Synchronous
Synchronous communications occurs when the transmission of data between two
devices is synchronized with a clocking scheme or other technique. The sender and
receiver need to synchronize with one another before data is sent. In synchronous
communication the bit stream and the clock pulse are synchronized by a special bit
transition pattern in the digital signal creating an exactly timed stream of bits from the
sending device to the receiving device. An example of such a mechanism is bipolar
encoding. Synchronous communication is either character or bit oriented. Character
oriented synchronous transmissions are used to send blocks of characters such as found
in ASCII (American Standard Code for Information Interchange) files. Bit oriented
synchronous communication is used primarily for the transmission of binary data.

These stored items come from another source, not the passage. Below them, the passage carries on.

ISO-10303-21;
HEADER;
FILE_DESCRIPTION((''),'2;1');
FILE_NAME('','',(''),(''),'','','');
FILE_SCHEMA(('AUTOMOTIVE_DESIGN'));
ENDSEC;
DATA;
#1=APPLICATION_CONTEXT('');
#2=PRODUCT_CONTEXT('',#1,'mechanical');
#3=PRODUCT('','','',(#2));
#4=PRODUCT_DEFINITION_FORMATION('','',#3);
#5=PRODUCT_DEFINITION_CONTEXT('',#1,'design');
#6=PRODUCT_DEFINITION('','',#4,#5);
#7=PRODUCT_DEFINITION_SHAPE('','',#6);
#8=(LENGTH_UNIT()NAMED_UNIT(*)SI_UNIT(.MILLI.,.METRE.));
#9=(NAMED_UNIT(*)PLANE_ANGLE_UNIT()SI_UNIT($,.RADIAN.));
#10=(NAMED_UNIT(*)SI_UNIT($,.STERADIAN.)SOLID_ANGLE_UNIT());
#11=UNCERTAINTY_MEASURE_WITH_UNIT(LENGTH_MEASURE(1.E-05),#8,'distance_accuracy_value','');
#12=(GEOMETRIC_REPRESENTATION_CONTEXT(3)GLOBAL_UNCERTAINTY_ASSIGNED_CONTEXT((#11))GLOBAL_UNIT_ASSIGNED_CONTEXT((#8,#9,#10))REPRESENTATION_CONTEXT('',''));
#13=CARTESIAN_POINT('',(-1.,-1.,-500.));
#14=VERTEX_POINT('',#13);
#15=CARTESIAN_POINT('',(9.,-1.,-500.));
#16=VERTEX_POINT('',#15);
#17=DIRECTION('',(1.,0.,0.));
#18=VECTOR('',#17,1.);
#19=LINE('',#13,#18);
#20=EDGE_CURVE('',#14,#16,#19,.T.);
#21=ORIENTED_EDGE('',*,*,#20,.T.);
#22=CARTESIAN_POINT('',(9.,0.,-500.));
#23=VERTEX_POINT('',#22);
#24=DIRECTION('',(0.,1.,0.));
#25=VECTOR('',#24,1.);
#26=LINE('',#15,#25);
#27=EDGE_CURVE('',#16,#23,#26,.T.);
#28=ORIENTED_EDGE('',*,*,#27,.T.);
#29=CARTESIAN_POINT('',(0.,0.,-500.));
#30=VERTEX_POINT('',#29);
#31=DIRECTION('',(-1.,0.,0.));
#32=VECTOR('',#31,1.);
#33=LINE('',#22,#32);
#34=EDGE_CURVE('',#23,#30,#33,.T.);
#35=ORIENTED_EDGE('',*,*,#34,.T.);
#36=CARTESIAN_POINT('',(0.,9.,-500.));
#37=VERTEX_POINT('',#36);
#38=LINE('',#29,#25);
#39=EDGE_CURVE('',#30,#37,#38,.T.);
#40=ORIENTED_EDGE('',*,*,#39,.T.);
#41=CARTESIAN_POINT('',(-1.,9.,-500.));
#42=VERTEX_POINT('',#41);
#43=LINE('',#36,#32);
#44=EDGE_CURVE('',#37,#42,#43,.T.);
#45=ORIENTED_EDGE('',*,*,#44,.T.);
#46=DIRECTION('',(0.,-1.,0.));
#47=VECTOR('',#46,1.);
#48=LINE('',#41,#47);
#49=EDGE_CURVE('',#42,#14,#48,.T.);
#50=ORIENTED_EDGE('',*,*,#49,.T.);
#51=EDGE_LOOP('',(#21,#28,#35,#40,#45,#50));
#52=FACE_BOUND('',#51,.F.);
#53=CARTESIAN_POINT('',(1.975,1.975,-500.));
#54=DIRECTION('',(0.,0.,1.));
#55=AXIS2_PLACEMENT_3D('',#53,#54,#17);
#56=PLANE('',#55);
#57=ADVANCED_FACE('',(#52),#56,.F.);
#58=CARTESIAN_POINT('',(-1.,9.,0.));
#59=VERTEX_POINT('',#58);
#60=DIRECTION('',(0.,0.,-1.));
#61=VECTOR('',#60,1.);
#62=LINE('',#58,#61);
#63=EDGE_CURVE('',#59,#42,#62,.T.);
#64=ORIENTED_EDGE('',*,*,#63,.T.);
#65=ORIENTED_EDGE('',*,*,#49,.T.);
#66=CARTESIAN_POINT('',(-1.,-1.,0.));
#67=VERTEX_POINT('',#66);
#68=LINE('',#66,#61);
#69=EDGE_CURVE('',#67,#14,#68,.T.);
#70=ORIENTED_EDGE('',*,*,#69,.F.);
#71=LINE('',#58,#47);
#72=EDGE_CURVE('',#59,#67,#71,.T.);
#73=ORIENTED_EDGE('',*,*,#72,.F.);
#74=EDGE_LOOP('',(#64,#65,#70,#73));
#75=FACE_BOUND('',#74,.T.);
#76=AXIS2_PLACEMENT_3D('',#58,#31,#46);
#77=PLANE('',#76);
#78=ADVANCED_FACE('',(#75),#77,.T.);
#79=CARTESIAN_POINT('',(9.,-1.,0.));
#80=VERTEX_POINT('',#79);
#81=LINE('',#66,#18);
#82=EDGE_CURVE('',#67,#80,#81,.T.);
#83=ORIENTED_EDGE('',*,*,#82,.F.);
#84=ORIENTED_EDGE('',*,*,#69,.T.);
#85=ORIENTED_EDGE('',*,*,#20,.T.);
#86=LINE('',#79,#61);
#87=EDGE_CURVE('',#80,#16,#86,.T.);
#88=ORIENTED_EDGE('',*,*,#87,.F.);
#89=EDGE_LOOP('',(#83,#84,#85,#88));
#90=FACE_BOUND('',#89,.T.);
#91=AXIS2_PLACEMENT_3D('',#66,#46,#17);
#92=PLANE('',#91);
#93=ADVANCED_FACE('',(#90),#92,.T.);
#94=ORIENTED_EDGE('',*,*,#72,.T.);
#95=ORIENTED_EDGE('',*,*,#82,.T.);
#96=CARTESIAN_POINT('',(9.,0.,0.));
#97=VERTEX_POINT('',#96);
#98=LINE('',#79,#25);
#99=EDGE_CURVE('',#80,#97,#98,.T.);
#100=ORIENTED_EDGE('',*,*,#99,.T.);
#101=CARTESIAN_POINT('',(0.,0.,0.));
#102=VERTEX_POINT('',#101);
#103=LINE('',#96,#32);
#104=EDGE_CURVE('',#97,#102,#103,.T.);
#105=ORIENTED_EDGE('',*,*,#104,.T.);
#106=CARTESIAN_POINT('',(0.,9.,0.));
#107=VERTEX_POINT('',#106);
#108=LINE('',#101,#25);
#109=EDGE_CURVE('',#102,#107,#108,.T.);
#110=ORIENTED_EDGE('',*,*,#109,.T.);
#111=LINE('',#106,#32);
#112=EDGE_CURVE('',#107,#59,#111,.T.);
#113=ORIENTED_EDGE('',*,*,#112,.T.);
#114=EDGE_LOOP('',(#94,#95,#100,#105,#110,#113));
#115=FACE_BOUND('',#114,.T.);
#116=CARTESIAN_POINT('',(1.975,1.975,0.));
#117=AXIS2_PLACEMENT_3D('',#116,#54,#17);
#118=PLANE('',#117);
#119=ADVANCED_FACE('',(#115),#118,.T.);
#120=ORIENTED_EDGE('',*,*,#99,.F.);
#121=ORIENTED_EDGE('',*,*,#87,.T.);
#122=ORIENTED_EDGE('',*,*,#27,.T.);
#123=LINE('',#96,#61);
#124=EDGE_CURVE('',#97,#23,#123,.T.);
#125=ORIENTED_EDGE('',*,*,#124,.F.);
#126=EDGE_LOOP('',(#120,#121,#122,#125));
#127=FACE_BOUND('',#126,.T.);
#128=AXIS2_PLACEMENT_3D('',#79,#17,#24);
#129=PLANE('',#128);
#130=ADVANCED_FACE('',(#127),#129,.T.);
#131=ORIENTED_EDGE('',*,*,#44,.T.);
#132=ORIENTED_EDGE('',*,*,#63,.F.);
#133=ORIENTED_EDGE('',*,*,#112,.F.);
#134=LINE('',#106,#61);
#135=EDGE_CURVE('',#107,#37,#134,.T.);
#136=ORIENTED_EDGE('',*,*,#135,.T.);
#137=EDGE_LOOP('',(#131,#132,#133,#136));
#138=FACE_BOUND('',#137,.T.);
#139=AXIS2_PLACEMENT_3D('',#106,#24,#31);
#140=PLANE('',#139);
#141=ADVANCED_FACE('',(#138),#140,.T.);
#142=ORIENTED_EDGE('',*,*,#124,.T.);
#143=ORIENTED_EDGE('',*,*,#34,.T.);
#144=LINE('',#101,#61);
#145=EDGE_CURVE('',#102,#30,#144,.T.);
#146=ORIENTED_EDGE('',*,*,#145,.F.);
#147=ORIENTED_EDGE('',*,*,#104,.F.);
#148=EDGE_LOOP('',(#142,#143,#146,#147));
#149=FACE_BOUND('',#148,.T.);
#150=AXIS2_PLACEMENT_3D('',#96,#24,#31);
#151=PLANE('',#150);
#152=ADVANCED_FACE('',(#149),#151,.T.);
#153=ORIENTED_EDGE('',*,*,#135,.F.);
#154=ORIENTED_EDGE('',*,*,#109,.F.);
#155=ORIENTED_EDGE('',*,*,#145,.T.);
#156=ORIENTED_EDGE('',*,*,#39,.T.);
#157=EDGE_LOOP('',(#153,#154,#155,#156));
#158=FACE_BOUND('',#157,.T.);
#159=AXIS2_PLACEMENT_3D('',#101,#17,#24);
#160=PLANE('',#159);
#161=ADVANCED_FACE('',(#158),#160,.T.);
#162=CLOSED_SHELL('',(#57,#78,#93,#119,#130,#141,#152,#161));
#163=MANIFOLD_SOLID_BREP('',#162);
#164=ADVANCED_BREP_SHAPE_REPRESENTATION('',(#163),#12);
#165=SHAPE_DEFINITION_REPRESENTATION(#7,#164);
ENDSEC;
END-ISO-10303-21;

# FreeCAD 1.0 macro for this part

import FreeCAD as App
import Part
import Sketcher
from FreeCAD import Vector
Q = App.Units.Quantity

doc = App.newDocument("Part")
body = doc.addObject("PartDesign::Body", "Body")

# Sketch on XY plane
sketch1 = body.newObject("Sketcher::SketchObject", "Sketch")
sketch1.AttachmentSupport = (doc.getObject("XY_Plane"), [""])
sketch1.MapMode = "FlatFace"
sketch1.addGeometry([
    Part.LineSegment(Vector(0, 0, 0), Vector(0, 9, 0)),  # 0
    Part.LineSegment(Vector(0, 9, 0), Vector(-1, 9, 0)),  # 1
    Part.LineSegment(Vector(-1, 9, 0), Vector(-1, -1, 0)),  # 2
    Part.LineSegment(Vector(-1, -1, 0), Vector(9, -1, 0)),  # 3
    Part.LineSegment(Vector(9, -1, 0), Vector(9, 0, 0)),  # 4
    Part.LineSegment(Vector(9, 0, 0), Vector(0, 0, 0)),  # 5
], False)
sketch1.addConstraint([
    Sketcher.Constraint("Coincident", 0, 2, 1, 1),
    Sketcher.Constraint("Coincident", 1, 2, 2, 1),
    Sketcher.Constraint("Coincident", 2, 2, 3, 1),
    Sketcher.Constraint("Coincident", 3, 2, 4, 1),
    Sketcher.Constraint("Coincident", 4, 2, 5, 1),
    Sketcher.Constraint("Coincident", 5, 2, 0, 1),
    Sketcher.Constraint("Vertical", 0),
    Sketcher.Constraint("Horizontal", 1),
    Sketcher.Constraint("Vertical", 2),
    Sketcher.Constraint("Horizontal", 3),
    Sketcher.Constraint("Vertical", 4),
    Sketcher.Constraint("Horizontal", 5),
    Sketcher.Constraint("Coincident", 5, 2, -1, 1),
    Sketcher.Constraint("Equal", 5, 0),
    Sketcher.Constraint("Equal", 3, 2),
    Sketcher.Constraint("DistanceX", 1, 2, 1, 1, Q("1 mm")),
    Sketcher.Constraint("DistanceX", 3, 1, 3, 2, Q("10 mm")),
])
pad1 = body.newObject("PartDesign::Pad", "Pad")
pad1.Profile = sketch1
pad1.Length = 500
pad1.Reversed = True

doc.recompute()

See also Asynchronous, ASCII, Binary and EBCDIC, HRC, HORC.
Tach
Abbreviation for Tachyon Fibre Channel interface.
TB
A Terabyte (TB) equals 1000 Gigabytes. Some vendors today define a terabyte
as 1024 GB, causing confusion in the industry.
TCP
Transmission Control Protocol or TCP is a transport layer component of the Internet’s
TCP/IP protocol suite. It sits above IP in the protocol stack and provides reliable data
delivery services over connection-oriented links. TCP uses IP to deliver information
across a network and makes up for the deficiency of IP providing a guarantee of
reliable delivery services that IP does not. TCP messages and data are encapsulated
into IP datagrams and IP delivers them across the network.
VERITAS
®
A Mountain View, California software company that develops and supports volume
and file management software products for a variety of Unix
®
and Windows
®
platforms.
Virtual Logical Volume Image Manager
Virtual Logical Volume Image Manager (VLVI) is a software utility in the Resource
Manager 7000/9000
™
that allows for configuration of RAID configurations, create,
delete, verify, rebuild, tune, and abort operations. See also RAID and the Freedom
9000 Resource Manager 7000/9000
™
.
Volume
An ESA/390
®
term for the information recorded on a single disk unit or recording
medium. Indirectly, a volume can refer to the unit of recording medium itself. On a
non-removable medium storage device such as a disk drive, the terms may also refer,
indirectly, to the storage device that is associated with the volume. When a user stores
multiple volumes on a single storage medium transparent to the program, the volumes
are referred to as logical volumes.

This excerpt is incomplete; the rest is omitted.